Work instruction: The response should be the lines of the data, starting at the first and ending at the one that contains "Circle(SKETCH1_10_R)", copied without change.

**** Stored data

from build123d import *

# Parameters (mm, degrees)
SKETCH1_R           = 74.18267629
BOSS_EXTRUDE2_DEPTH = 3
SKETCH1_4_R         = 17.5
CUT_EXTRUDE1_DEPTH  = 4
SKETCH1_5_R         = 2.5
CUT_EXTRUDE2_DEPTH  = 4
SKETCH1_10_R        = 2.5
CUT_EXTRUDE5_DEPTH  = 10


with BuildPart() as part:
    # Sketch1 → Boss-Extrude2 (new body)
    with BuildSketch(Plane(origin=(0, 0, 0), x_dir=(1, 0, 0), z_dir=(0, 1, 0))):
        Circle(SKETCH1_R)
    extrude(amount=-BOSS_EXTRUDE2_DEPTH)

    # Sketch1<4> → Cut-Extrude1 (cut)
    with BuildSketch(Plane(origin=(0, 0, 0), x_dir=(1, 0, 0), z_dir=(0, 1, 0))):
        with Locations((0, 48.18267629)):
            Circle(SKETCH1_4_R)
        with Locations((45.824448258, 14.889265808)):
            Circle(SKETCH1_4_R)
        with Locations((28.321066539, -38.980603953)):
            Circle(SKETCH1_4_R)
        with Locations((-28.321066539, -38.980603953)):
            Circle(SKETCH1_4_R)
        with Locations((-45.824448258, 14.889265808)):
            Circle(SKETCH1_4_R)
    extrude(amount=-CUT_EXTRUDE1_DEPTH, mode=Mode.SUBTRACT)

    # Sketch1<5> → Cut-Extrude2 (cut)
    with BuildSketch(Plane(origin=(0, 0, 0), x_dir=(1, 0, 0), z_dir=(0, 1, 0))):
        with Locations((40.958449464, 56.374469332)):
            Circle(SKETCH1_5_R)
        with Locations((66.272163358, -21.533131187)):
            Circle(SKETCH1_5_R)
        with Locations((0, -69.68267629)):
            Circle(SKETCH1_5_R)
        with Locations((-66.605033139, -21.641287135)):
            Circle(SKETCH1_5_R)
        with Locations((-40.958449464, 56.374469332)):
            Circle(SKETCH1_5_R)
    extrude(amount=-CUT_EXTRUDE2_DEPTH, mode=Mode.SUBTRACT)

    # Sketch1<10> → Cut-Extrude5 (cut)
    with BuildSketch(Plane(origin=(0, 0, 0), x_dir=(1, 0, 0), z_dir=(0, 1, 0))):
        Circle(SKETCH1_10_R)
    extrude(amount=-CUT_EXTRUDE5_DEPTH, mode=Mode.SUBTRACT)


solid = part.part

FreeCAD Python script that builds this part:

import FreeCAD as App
import Part
import Sketcher

doc = App.newDocument("Part")
body = doc.addObject("PartDesign::Body", "Body")

# Sketch on XZ plane
sketch1 = doc.addObject("Sketcher::SketchObject", "Sketch")
body.addObject(sketch1)
sketch1.AttachmentSupport = (doc.XZ_Plane, [""])
sketch1.MapMode = "FlatFace"
sketch1.addGeometry(Part.Circle(App.Vector(0, 0, 0), App.Vector(0, 0, 1), 74), False)
sketch1.addConstraint([
    Sketcher.Constraint("Coincident", 0, 3, -1, 1),
    Sketcher.Constraint("Diameter", 0, 148.365353),
])
pad1 = doc.addObject("PartDesign::Pad", "Pad")
body.addObject(pad1)
pad1.Profile = sketch1
pad1.Length = 3

# Sketch on XZ plane
sketch2 = doc.addObject("Sketcher::SketchObject", "Sketch001")
body.addObject(sketch2)
sketch2.AttachmentSupport = (doc.XZ_Plane, [""])
sketch2.MapMode = "FlatFace"
sketch2.addGeometry([
    Part.Circle(App.Vector(0, -48, 0), App.Vector(0, 0, 1), 18),  # 0
    Part.Circle(App.Vector(46, -15, 0), App.Vector(0, 0, 1), 18),  # 1
    Part.Circle(App.Vector(28, 39, 0), App.Vector(0, 0, 1), 18),  # 2
    Part.Circle(App.Vector(-28, 39, 0), App.Vector(0, 0, 1), 18),  # 3
    Part.Circle(App.Vector(-46, -15, 0), App.Vector(0, 0, 1), 18),  # 4
], False)
sketch2.addConstraint([
    Sketcher.Constraint("Equal", 0, 1),
    Sketcher.Constraint("Equal", 1, 2),
    Sketcher.Constraint("Equal", 2, 3),
    Sketcher.Constraint("Equal", 3, 4),
    Sketcher.Constraint("Symmetric", 2, 3, 3, 3, -2),
    Sketcher.Constraint("Symmetric", 1, 3, 4, 3, -2),
    Sketcher.Constraint("PointOnObject", 0, 3, -2),
    Sketcher.Constraint("Diameter", 0, 35.0),
    Sketcher.Constraint("DistanceX", -1, 1, 1, 3, 45.824448),
    Sketcher.Constraint("DistanceY", 0, 3, 1, 3, 33.29341),
    Sketcher.Constraint("DistanceX", 2, 3, 1, 3, 17.503382),
    Sketcher.Constraint("DistanceY", 1, 3, 2, 3, 53.86987),
    Sketcher.Constraint("DistanceY", 0, 3, -1, 1, 48.182676),
])
pocket1 = doc.addObject("PartDesign::Pocket", "Pocket")
body.addObject(pocket1)
pocket1.Profile = sketch2
pocket1.Length = 4
pocket1.Reversed = True

# Sketch on XZ plane
sketch3 = doc.addObject("Sketcher::SketchObject", "Sketch002")
body.addObject(sketch3)
sketch3.AttachmentSupport = (doc.XZ_Plane, [""])
sketch3.MapMode = "FlatFace"
sketch3.addGeometry([
    Part.Circle(App.Vector(41, -56.4, 0), App.Vector(0, 0, 1), 2.5),  # 0
    Part.Circle(App.Vector(66.3, 21.5, 0), App.Vector(0, 0, 1), 2.5),  # 1
    Part.Circle(App.Vector(0, 69.7, 0), App.Vector(0, 0, 1), 2.5),  # 2
    Part.Circle(App.Vector(-66.6, 21.6, 0), App.Vector(0, 0, 1), 2.5),  # 3
    Part.Circle(App.Vector(-41, -56.4, 0), App.Vector(0, 0, 1), 2.5),  # 4
], False)
sketch3.addConstraint([
    Sketcher.Constraint("Equal", 0, 1),
    Sketcher.Constraint("Equal", 1, 2),
    Sketcher.Constraint("Equal", 2, 3),
    Sketcher.Constraint("Equal", 3, 4),
    Sketcher.Constraint("Symmetric", 0, 3, 4, 3, -2),
    Sketcher.Constraint("PointOnObject", 2, 3, -2),
    Sketcher.Constraint("Diameter", 0, 5.0),
    Sketcher.Constraint("DistanceY", 0, 3, 1, 3, 77.907601),
    Sketcher.Constraint("DistanceX", 4, 3, 0, 3, 81.916899),
    Sketcher.Constraint("DistanceY", 0, 3, -1, 1, 56.374469),
    Sketcher.Constraint("DistanceY", 3, 3, 2, 3, 48.041389),
    Sketcher.Constraint("DistanceX", -1, 1, 1, 3, 66.272163),
    Sketcher.Constraint("DistanceY", -1, 1, 2, 3, 69.682676),
    Sketcher.Constraint("DistanceX", 3, 3, -1, 1, 66.605033),
])
pocket2 = doc.addObject("PartDesign::Pocket", "Pocket001")
body.addObject(pocket2)
pocket2.Profile = sketch3
pocket2.Length = 4
pocket2.Reversed = True

# Sketch on XZ plane
sketch4 = doc.addObject("Sketcher::SketchObject", "Sketch003")
body.addObject(sketch4)
sketch4.AttachmentSupport = (doc.XZ_Plane, [""])
sketch4.MapMode = "FlatFace"
sketch4.addGeometry(Part.Circle(App.Vector(0, 0, 0), App.Vector(0, 0, 1), 2.5), False)
sketch4.addConstraint([
    Sketcher.Constraint("Coincident", 0, 3, -1, 1),
    Sketcher.Constraint("Diameter", 0, 5.0),
])
pocket3 = doc.addObject("PartDesign::Pocket", "Pocket002")
body.addObject(pocket3)
pocket3.Profile = sketch4
pocket3.Length = 10
pocket3.Reversed = True

doc.recompute()
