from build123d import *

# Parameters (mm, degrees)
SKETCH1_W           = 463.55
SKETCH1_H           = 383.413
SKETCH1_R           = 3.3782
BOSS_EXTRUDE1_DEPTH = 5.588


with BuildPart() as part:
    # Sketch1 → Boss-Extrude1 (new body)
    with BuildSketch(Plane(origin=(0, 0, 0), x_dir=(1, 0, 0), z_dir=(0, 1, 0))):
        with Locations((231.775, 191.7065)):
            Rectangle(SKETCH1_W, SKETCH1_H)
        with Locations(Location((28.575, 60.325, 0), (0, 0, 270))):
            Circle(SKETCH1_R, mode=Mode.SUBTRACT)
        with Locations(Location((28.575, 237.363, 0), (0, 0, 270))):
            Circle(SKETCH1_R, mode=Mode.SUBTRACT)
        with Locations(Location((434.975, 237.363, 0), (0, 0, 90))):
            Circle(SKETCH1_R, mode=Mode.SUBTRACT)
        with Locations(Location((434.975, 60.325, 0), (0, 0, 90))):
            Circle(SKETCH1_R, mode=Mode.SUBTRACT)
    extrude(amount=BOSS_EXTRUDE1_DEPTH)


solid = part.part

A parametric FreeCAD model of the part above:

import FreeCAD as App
import Part
import Sketcher

V = App.Vector
Q = App.Units.Quantity


def add_polygon(sketch, points):
    """Adds a closed chain of lines whose ends are joined by coincident constraints."""
    first, n = sketch.GeometryCount, len(points)
    for a, b in zip(points, points[1:] + points[:1]):
        sketch.addGeometry(Part.LineSegment(App.Vector(*a, 0), App.Vector(*b, 0)), False)
    for i in range(n):
        sketch.addConstraint(Sketcher.Constraint("Coincident", first + i, 2, first + (i + 1) % n, 1))

doc = App.newDocument("Part")
params = doc.addObject("Spreadsheet::Sheet", "Params")
for row, (alias, value) in enumerate([
    ("sketch1_diameter", "0.266 in"),
    ("sketch1_width", "18.25 in"),
    ("sketch1_height", "15.095 in"),
    ("pad1_length", "0.22 in"),
], start=1):
    params.set(f"A{row}", alias)
    params.set(f"B{row}", "=" + value)
    params.setAlias(f"B{row}", alias)

body = doc.addObject("PartDesign::Body", "Body")

sketch1 = body.newObject("Sketcher::SketchObject", "Sketch")
sketch1.AttachmentSupport = (doc.getObject("XZ_Plane"), [""])
sketch1.MapMode = "FlatFace"
add_polygon(sketch1, [(0, -383.4), (0, 0), (463.6, 0), (463.6, -383.4)])
sketch1.addGeometry(Part.Circle(V(28.6, -60.3, 0), V(0, 0, 1), 3.4), False)
sketch1.addGeometry(Part.Circle(V(435, -60.3, 0), V(0, 0, 1), 3.4), False)
sketch1.addGeometry(Part.Circle(V(28.6, -237.4, 0), V(0, 0, 1), 3.4), False)
sketch1.addGeometry(Part.Circle(V(435, -237.4, 0), V(0, 0, 1), 3.4), False)
sketch1.addConstraint(Sketcher.Constraint("Vertical", 0))
sketch1.addConstraint(Sketcher.Constraint("Horizontal", 1))
sketch1.addConstraint(Sketcher.Constraint("Vertical", 2))
sketch1.addConstraint(Sketcher.Constraint("Horizontal", 3))
sketch1.addConstraint(Sketcher.Constraint("Coincident", 0, 2, -1, 1))
sketch1.addConstraint(Sketcher.Constraint("Equal", 4, 5))
sketch1.addConstraint(Sketcher.Constraint("Equal", 5, 6))
sketch1.addConstraint(Sketcher.Constraint("Equal", 6, 7))
sketch1.addConstraint(Sketcher.Constraint("Horizontal", 4, 3, 5, 3))
sketch1.addConstraint(Sketcher.Constraint("Horizontal", 6, 3, 7, 3))
sketch1.addConstraint(Sketcher.Constraint("Vertical", 4, 3, 6, 3))
sketch1.addConstraint(Sketcher.Constraint("Vertical", 5, 3, 7, 3))
sketch1.addConstraint(Sketcher.Constraint("Diameter", 4, Q("0.266 in")))
sketch1.addConstraint(Sketcher.Constraint("DistanceX", 4, 3, 5, 3, Q("16 in")))
sketch1.addConstraint(Sketcher.Constraint("DistanceX", 1, 1, 1, 2, Q("18.25 in")))
sketch1.addConstraint(Sketcher.Constraint("DistanceY", 0, 1, 0, 2, Q("15.095 in")))
sketch1.addConstraint(Sketcher.Constraint("DistanceY", 6, 3, 4, 3, Q("6.97 in")))
sketch1.addConstraint(Sketcher.Constraint("DistanceY", 2, 2, 7, 3, Q("5.75 in")))
sketch1.addConstraint(Sketcher.Constraint("DistanceX", -1, 1, 4, 3, Q("1.125 in")))
sketch1.setExpression("Constraints[16]", "Params.sketch1_diameter")
sketch1.setExpression("Constraints[18]", "Params.sketch1_width")
sketch1.setExpression("Constraints[19]", "Params.sketch1_height")
pad1 = body.newObject("PartDesign::Pad", "Pad")
pad1.Profile = sketch1
pad1.setExpression("Length", "Params.pad1_length")
pad1.Reversed = True

doc.recompute()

********

Result below:
from build123d import *

# Parameters (mm, degrees)
SKETCH1_R           = 74.18267629
BOSS_EXTRUDE2_DEPTH = 3
SKETCH1_4_R         = 17.5
CUT_EXTRUDE1_DEPTH  = 4
SKETCH1_5_R         = 2.5
CUT_EXTRUDE2_DEPTH  = 4
SKETCH1_10_R        = 2.5
CUT_EXTRUDE5_DEPTH  = 10


with BuildPart() as part:
    # Sketch1 → Boss-Extrude2 (new body)
    with BuildSketch(Plane(origin=(0, 0, 0), x_dir=(1, 0, 0), z_dir=(0, 1, 0))):
        Circle(SKETCH1_R)
    extrude(amount=-BOSS_EXTRUDE2_DEPTH)

    # Sketch1<4> → Cut-Extrude1 (cut)
    with BuildSketch(Plane(origin=(0, 0, 0), x_dir=(1, 0, 0), z_dir=(0, 1, 0))):
        with Locations((0, 48.18267629)):
            Circle(SKETCH1_4_R)
        with Locations((45.824448258, 14.889265808)):
            Circle(SKETCH1_4_R)
        with Locations((28.321066539, -38.980603953)):
            Circle(SKETCH1_4_R)
        with Locations((-28.321066539, -38.980603953)):
            Circle(SKETCH1_4_R)
        with Locations((-45.824448258, 14.889265808)):
            Circle(SKETCH1_4_R)
    extrude(amount=-CUT_EXTRUDE1_DEPTH, mode=Mode.SUBTRACT)

    # Sketch1<5> → Cut-Extrude2 (cut)
    with BuildSketch(Plane(origin=(0, 0, 0), x_dir=(1, 0, 0), z_dir=(0, 1, 0))):
        with Locations((40.958449464, 56.374469332)):
            Circle(SKETCH1_5_R)
        with Locations((66.272163358, -21.533131187)):
            Circle(SKETCH1_5_R)
        with Locations((0, -69.68267629)):
            Circle(SKETCH1_5_R)
        with Locations((-66.605033139, -21.641287135)):
            Circle(SKETCH1_5_R)
        with Locations((-40.958449464, 56.374469332)):
            Circle(SKETCH1_5_R)
    extrude(amount=-CUT_EXTRUDE2_DEPTH, mode=Mode.SUBTRACT)

    # Sketch1<10> → Cut-Extrude5 (cut)
    with BuildSketch(Plane(origin=(0, 0, 0), x_dir=(1, 0, 0), z_dir=(0, 1, 0))):
        Circle(SKETCH1_10_R)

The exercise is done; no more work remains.